Semi-Synthetic Simulation Study

  1. Make sure your created data/ukb-data.csv as outlined above.
  2. To execute all steps of the simulation study, you will need at least 64GB of RAM. Running the entire pipeline can take days and can be started by executing:
docker run -it --rm \
-v $(pwd)/data:/workspace/data \
-v $(pwd)/outputs:/workspace/outputs \
ghcr.io/ai-med/causal-effects-in-alzheimers-continuum:v0.2.0 \
./ukb-experiments.sh
  1. The main result of the experiments will stored in the outputs/ukb/results folder.

    1. ukb_visualize_output.ipynb: The notebook contains a table of the Bayesian p-values for each model and latent dimension. Moreover, it will contain a table summarizing the bias in the estimates of the causal effects compared to the true causal effects.

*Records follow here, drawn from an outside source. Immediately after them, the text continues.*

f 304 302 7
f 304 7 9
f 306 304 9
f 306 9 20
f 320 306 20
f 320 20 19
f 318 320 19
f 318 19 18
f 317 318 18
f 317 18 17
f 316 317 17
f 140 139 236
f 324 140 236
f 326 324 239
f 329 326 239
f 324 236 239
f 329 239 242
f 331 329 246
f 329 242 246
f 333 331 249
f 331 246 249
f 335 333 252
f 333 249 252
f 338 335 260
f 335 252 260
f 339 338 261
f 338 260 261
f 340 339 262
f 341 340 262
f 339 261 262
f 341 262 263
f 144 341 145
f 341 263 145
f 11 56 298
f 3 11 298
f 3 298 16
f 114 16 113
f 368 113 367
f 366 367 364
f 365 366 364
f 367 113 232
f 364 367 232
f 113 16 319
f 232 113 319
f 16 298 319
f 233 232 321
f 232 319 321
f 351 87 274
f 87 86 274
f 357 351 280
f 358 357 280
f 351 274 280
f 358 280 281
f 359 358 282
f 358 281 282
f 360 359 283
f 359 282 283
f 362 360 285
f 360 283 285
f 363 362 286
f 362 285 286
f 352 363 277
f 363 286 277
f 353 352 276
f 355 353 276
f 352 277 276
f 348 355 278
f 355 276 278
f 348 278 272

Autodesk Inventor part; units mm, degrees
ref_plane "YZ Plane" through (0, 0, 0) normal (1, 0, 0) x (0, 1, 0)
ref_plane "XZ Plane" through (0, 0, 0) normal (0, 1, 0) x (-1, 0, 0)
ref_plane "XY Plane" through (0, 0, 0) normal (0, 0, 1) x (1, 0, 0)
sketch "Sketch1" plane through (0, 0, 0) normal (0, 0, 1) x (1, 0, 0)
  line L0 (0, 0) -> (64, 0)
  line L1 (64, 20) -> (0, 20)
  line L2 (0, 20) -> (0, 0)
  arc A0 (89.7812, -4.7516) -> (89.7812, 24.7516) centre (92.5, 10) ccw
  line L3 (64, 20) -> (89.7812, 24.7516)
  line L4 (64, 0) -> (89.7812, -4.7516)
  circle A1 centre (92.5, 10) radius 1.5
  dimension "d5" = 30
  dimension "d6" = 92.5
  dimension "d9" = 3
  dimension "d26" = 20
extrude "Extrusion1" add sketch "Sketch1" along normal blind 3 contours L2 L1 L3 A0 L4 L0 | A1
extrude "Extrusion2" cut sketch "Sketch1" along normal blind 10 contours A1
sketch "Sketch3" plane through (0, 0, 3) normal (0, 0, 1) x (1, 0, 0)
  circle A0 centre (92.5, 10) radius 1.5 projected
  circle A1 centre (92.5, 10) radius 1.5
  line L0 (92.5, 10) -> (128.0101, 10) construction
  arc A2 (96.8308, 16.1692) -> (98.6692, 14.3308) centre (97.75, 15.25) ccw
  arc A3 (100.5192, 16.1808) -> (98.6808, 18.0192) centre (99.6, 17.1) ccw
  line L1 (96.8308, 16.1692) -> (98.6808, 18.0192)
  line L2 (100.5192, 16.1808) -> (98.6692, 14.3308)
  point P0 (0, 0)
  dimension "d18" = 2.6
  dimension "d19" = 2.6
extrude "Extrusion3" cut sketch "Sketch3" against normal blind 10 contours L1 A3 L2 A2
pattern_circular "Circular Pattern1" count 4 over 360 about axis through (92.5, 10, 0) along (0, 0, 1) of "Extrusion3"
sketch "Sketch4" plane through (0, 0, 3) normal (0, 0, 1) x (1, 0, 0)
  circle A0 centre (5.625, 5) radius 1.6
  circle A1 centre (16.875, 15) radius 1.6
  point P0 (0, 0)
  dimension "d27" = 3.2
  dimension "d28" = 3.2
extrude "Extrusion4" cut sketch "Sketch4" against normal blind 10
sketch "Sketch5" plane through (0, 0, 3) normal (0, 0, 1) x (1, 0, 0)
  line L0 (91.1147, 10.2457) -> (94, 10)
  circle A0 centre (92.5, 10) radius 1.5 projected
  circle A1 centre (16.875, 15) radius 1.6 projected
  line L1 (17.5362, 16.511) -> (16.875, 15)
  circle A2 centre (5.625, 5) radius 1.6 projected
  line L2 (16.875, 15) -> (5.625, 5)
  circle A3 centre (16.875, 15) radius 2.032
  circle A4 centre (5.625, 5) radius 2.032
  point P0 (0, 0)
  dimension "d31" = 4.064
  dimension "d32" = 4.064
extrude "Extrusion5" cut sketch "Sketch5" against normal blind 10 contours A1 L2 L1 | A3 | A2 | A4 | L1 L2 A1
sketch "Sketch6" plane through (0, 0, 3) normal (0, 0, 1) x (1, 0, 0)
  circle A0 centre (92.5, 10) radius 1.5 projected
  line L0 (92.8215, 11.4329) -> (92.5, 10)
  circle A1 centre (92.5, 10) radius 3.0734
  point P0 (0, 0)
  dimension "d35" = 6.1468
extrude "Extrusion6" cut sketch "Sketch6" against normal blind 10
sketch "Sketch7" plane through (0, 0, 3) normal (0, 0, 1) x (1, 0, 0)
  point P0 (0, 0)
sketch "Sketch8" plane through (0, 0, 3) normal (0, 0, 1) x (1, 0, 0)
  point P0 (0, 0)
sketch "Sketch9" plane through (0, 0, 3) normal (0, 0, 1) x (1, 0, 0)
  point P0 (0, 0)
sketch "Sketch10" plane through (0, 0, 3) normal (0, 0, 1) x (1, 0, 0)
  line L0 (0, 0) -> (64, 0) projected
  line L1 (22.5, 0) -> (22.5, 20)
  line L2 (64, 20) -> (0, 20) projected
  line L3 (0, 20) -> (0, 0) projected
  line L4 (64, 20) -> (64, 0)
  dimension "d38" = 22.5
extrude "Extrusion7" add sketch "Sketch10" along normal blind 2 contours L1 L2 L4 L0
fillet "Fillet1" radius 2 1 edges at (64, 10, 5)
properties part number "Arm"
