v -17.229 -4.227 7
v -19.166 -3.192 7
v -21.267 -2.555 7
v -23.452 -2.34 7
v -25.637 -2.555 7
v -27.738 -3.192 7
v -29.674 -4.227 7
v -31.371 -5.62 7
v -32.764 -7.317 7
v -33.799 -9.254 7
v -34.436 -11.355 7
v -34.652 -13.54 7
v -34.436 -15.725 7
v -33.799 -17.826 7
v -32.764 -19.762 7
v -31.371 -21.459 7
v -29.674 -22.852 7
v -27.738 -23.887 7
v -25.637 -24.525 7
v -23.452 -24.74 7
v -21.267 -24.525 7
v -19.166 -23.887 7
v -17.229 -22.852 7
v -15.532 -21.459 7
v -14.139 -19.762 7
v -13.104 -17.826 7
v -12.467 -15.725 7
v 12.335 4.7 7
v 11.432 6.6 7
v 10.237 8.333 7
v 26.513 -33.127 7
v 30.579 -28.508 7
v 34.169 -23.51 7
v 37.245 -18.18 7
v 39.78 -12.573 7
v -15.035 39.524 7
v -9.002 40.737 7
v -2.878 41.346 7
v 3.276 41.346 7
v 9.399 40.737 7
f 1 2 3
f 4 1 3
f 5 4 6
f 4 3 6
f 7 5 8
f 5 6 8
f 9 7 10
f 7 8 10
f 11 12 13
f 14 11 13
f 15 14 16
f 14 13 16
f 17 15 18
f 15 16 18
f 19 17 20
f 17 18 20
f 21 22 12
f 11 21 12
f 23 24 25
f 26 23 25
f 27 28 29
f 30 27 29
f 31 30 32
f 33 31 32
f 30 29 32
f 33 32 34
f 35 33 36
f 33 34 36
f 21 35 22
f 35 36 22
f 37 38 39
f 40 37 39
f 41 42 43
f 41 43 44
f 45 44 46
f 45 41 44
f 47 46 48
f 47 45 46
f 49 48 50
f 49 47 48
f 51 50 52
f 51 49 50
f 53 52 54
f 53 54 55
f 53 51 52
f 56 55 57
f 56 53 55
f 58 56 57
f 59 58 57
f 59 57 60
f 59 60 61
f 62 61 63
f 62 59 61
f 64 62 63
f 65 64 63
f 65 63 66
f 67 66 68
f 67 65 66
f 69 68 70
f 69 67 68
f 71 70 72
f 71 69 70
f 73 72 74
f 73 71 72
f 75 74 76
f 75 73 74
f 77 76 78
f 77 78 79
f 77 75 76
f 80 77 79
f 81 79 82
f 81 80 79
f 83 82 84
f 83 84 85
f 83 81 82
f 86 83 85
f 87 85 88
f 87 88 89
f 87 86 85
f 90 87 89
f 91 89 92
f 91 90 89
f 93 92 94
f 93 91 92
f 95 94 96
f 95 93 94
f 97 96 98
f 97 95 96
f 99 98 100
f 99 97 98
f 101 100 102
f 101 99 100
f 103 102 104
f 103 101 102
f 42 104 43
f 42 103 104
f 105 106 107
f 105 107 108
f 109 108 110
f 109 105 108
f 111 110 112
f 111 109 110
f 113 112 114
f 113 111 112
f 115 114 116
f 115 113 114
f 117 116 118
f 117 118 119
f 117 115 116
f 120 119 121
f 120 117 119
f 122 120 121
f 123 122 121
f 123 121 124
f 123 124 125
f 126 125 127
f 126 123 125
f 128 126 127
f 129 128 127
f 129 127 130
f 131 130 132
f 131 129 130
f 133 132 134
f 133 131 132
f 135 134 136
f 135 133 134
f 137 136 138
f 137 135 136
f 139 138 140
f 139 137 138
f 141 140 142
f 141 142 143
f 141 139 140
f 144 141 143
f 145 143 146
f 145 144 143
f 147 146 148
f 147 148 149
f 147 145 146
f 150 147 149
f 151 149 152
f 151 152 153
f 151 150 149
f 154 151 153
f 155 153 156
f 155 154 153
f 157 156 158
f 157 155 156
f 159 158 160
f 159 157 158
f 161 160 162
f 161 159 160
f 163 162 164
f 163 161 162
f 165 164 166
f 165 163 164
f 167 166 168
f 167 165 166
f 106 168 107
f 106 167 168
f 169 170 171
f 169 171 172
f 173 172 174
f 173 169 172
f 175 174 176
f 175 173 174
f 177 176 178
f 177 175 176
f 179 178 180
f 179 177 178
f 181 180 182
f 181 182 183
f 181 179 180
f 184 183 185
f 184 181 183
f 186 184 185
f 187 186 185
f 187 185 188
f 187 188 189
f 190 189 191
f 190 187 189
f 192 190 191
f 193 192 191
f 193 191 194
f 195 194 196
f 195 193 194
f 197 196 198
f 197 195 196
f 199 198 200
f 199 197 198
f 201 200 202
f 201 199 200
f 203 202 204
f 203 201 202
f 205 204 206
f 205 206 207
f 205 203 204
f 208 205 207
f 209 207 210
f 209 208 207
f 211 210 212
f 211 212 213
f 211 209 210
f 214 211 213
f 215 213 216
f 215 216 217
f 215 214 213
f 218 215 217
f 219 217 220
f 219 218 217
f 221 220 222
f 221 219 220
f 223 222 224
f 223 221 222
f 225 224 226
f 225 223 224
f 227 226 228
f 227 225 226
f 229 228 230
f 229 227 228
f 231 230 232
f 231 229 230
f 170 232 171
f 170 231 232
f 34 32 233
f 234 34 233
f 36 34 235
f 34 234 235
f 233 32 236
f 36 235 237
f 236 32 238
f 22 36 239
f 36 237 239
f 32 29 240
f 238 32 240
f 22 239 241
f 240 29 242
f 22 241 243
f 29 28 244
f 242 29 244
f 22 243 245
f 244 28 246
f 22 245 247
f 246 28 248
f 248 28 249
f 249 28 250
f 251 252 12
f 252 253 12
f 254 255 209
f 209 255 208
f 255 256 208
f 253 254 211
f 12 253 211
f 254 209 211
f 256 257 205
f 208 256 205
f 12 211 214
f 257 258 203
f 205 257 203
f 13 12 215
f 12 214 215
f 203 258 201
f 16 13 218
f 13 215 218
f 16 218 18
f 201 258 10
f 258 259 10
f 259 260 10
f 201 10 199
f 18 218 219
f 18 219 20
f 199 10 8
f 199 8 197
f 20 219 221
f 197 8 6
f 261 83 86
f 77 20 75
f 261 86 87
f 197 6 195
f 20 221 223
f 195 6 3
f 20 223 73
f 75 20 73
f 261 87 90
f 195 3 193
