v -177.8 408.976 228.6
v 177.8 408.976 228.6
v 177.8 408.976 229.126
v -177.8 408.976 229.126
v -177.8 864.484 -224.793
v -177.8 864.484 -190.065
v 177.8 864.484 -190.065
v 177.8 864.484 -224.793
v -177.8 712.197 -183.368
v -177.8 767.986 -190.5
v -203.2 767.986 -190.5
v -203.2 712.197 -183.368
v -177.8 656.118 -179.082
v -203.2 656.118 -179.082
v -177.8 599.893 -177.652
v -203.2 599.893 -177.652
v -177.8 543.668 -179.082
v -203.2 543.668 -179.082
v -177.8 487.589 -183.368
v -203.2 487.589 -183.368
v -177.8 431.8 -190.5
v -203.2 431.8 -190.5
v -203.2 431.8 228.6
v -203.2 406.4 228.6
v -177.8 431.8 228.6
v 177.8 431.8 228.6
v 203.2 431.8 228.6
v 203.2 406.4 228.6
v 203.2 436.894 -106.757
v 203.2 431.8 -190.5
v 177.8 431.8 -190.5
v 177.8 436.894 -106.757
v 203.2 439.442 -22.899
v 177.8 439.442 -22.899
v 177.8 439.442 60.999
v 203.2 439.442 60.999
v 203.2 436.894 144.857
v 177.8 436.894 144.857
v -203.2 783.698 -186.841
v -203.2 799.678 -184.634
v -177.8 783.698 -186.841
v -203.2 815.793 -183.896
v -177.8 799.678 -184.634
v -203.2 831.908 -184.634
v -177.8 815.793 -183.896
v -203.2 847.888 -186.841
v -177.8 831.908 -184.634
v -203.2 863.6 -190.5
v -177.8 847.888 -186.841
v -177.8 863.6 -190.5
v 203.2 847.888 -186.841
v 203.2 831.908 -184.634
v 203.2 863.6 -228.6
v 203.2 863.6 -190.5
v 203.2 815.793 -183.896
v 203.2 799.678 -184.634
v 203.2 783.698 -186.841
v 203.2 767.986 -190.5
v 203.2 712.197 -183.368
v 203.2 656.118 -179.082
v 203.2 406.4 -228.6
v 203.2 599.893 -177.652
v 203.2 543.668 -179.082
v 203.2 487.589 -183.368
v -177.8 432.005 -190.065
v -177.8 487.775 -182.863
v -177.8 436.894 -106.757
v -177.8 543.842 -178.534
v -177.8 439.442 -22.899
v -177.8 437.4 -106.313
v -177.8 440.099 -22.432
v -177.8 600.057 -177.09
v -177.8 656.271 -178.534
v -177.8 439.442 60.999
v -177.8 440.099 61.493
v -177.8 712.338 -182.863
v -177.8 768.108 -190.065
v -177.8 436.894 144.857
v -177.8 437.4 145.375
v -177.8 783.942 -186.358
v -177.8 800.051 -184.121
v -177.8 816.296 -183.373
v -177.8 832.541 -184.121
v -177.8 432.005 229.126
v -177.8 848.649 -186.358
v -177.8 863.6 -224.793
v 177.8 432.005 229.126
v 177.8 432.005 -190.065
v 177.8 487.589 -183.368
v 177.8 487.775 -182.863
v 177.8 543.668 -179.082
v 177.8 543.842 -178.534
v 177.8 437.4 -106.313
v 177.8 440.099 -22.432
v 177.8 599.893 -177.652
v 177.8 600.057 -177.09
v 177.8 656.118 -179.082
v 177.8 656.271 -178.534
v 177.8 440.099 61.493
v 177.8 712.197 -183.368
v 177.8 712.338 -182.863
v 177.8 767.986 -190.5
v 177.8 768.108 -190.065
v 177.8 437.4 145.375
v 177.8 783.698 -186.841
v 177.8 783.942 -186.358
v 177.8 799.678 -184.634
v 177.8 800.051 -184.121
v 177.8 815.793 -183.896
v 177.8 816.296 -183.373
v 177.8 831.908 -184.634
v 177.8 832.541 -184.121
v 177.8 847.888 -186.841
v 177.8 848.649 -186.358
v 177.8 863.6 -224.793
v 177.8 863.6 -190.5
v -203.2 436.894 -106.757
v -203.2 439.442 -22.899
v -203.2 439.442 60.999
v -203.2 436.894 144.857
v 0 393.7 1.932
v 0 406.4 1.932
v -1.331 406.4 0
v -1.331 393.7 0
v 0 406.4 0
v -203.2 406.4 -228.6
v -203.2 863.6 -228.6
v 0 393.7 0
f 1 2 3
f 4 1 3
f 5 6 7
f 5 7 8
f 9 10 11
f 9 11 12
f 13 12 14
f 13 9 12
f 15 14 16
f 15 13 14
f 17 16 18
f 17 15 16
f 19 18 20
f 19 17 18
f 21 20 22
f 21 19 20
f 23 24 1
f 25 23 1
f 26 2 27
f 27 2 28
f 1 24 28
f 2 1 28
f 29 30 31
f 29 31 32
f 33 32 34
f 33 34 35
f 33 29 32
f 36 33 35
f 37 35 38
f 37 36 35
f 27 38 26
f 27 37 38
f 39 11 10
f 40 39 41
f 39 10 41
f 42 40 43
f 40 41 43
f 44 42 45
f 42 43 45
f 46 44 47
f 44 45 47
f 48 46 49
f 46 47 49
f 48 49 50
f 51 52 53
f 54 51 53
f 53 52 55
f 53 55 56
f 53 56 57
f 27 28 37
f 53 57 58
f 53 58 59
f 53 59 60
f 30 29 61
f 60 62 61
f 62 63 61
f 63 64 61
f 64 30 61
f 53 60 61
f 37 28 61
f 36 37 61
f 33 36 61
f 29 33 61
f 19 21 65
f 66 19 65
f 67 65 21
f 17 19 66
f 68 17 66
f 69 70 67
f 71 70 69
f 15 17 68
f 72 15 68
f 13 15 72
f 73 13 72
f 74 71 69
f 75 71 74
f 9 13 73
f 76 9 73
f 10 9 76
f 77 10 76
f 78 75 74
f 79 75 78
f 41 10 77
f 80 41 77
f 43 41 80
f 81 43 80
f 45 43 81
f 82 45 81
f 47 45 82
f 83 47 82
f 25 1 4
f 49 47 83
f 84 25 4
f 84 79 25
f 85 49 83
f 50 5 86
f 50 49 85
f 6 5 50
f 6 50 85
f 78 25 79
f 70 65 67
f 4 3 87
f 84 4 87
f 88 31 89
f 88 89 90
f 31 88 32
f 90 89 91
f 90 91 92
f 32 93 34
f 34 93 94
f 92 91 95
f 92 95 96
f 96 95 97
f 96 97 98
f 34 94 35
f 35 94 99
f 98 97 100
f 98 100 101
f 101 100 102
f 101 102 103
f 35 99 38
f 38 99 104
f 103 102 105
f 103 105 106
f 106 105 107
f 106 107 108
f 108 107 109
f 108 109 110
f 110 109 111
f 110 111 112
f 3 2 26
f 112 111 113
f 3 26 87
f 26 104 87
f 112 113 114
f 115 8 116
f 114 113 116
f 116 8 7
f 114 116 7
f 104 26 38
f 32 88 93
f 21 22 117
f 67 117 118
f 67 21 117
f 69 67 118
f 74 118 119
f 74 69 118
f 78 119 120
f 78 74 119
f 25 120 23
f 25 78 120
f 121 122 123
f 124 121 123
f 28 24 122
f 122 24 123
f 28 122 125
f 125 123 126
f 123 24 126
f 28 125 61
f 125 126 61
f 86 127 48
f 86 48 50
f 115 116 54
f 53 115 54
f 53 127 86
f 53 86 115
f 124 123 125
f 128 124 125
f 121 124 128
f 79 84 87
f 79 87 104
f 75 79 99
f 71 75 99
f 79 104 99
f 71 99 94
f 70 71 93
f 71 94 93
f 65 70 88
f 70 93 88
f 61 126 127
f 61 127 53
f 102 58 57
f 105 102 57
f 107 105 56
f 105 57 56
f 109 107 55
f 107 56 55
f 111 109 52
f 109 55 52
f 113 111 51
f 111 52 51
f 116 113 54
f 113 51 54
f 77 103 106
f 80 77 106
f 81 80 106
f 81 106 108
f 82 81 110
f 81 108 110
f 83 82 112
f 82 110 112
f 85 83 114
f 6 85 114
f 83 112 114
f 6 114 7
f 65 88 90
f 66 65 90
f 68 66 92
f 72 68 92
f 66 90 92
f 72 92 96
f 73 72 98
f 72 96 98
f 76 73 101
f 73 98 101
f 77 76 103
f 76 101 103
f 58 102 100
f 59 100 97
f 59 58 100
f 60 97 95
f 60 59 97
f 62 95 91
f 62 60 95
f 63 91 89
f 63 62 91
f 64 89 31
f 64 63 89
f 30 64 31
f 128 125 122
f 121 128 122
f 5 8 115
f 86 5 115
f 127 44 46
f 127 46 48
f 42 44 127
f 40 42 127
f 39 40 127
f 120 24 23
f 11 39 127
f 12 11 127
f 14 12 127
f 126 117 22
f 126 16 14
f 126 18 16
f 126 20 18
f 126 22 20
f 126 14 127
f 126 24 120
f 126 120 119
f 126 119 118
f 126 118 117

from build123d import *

# Parameters (mm, degrees)
BOSS_EXTRUDE1_START  = 406.4
SKETCH2_W            = 406.4
SKETCH2_H            = 457.2
BOSS_EXTRUDE1_DEPTH  = 25.4
SKETCH5_W            = 406.4
SKETCH5_H            = 38.1
BOSS_EXTRUDE2_DEPTH  = 431.8
BOSS_EXTRUDE3_DEPTH  = 406.4
BOSS_EXTRUDE5_DEPTH  = 406.4
BOSS_EXTRUDE6_DEPTH  = 406.4
BOSS_EXTRUDE8_START  = -25.4
BOSS_EXTRUDE8_DEPTH  = 355.6
BOSS_EXTRUDE10_DEPTH = 12.7


with BuildPart() as part:
    # Sketch2 → Boss-Extrude1 (new body)
    with BuildSketch(Plane(origin=(0, 0, 0), x_dir=(1, 0, 0), z_dir=(0, 1, 0)).offset(BOSS_EXTRUDE1_START)):
        Rectangle(SKETCH2_W, SKETCH2_H)
    extrude(amount=BOSS_EXTRUDE1_DEPTH)

    # Sketch5 → Boss-Extrude2 (add)
    with BuildSketch(Plane(origin=(0, 431.8, 0), x_dir=(1, 0, 0), z_dir=(0, 1, 0))):
        with Locations((0, 209.55)):
            Rectangle(SKETCH5_W, SKETCH5_H)
    extrude(amount=BOSS_EXTRUDE2_DEPTH)

    # Sketch6 → Boss-Extrude3 (add)
    with BuildSketch(Plane(origin=(203.2, 0, 0), x_dir=(0, 0, -1), z_dir=(1, 0, 0))):
        with BuildLine():
            Line((190.5, 431.8), (228.6, 431.8))
            Line((228.6, 431.8), (228.6, 863.6))
            Line((228.6, 863.6), (209.55, 863.6))
            ThreePointArc((209.55, 863.6), (178.726471845, 648.639640948), (190.5, 431.8))
        make_face()
    extrude(amount=-BOSS_EXTRUDE3_DEPTH)

    # Sketch7 → Boss-Extrude5 (add)
    with BuildSketch(Plane(origin=(203.2, 0, 0), x_dir=(0, 0, -1), z_dir=(1, 0, 0))):
        with BuildLine():
            Line((-228.6, 431.8), (-228.6, 406.4))
            Line((-228.6, 406.4), (190.5, 406.4))
            Line((190.5, 406.4), (190.5, 431.8))
            ThreePointArc((190.5, 431.8), (-19.05, 439.760210116), (-228.6, 431.8))
        make_face()
    extrude(amount=-BOSS_EXTRUDE5_DEPTH)

    # Sketch8 → Boss-Extrude6 (add)
    with BuildSketch(Plane(origin=(203.2, 0, 0), x_dir=(0, 0, -1), z_dir=(1, 0, 0))):
        with BuildLine():
            Line((190.5, 863.6), (228.6, 863.6))
            Line((228.6, 863.6), (228.6, 767.986138045))
            Line((228.6, 767.986138045), (190.5, 767.986138045))
            ThreePointArc((190.5, 767.986138045), (183.89577559, 815.793069023), (190.5, 863.6))
        make_face()
    extrude(amount=-BOSS_EXTRUDE6_DEPTH)

    # Sketch9 → Boss-Extrude8 (add)
    with BuildSketch(Plane(origin=(203.2, 0, 0), x_dir=(0, 0, -1), z_dir=(1, 0, 0)).offset(BOSS_EXTRUDE8_START)):
        with BuildLine():
            Line((190.064521118, 864.483944692), (224.793246745, 864.483944692))
            Line((224.793246745, 864.483944692), (224.793246745, 863.6))
            Line((224.793246745, 863.6), (224.793246745, 408.97647982))
            Line((224.793246745, 408.97647982), (-229.126005902, 408.97647982))
            Line((-229.126005902, 408.97647982), (-229.126005902, 432.005066032))
            ThreePointArc((-229.126005902, 432.005066032), (-19.530742392, 440.435933777), (190.064521118, 432.005066032))
            ThreePointArc((190.064521118, 432.005066032), (177.09008034, 600.056508721), (190.064521118, 768.10795141))
            ThreePointArc((190.064521118, 768.10795141), (183.373440165, 816.295948051), (190.064521118, 864.483944692))
        make_face()
    extrude(amount=-BOSS_EXTRUDE8_DEPTH)

    # Sketch11 → Boss-Extrude10 (add)
    with BuildSketch(Plane.XZ.offset(-406.4)):
        Polygon((0, 0), (0, 1.931960206), (-1.331020628, 0), align=None)
    extrude(amount=BOSS_EXTRUDE10_DEPTH)


solid = part.part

    2. experiments_summary.csv: Table summarizing the bias in the estimates of the causal effects compared to the true causal effects.

    3. all_experiments.h5: Contains the bias of estimated causal effects for each individual experiment, i.e. ratio of direct to confounding effect, model, and repetition. To load the results for the direct to confounding effect ratio 10/1, use pandas:

    results = pd.read_hdf("all_experiments.h5", key="x10_z1")

    The rows are the coefficients, and the columns are organized hierachically such that the first level is the experiment, the second level the model, and the third level the repitition.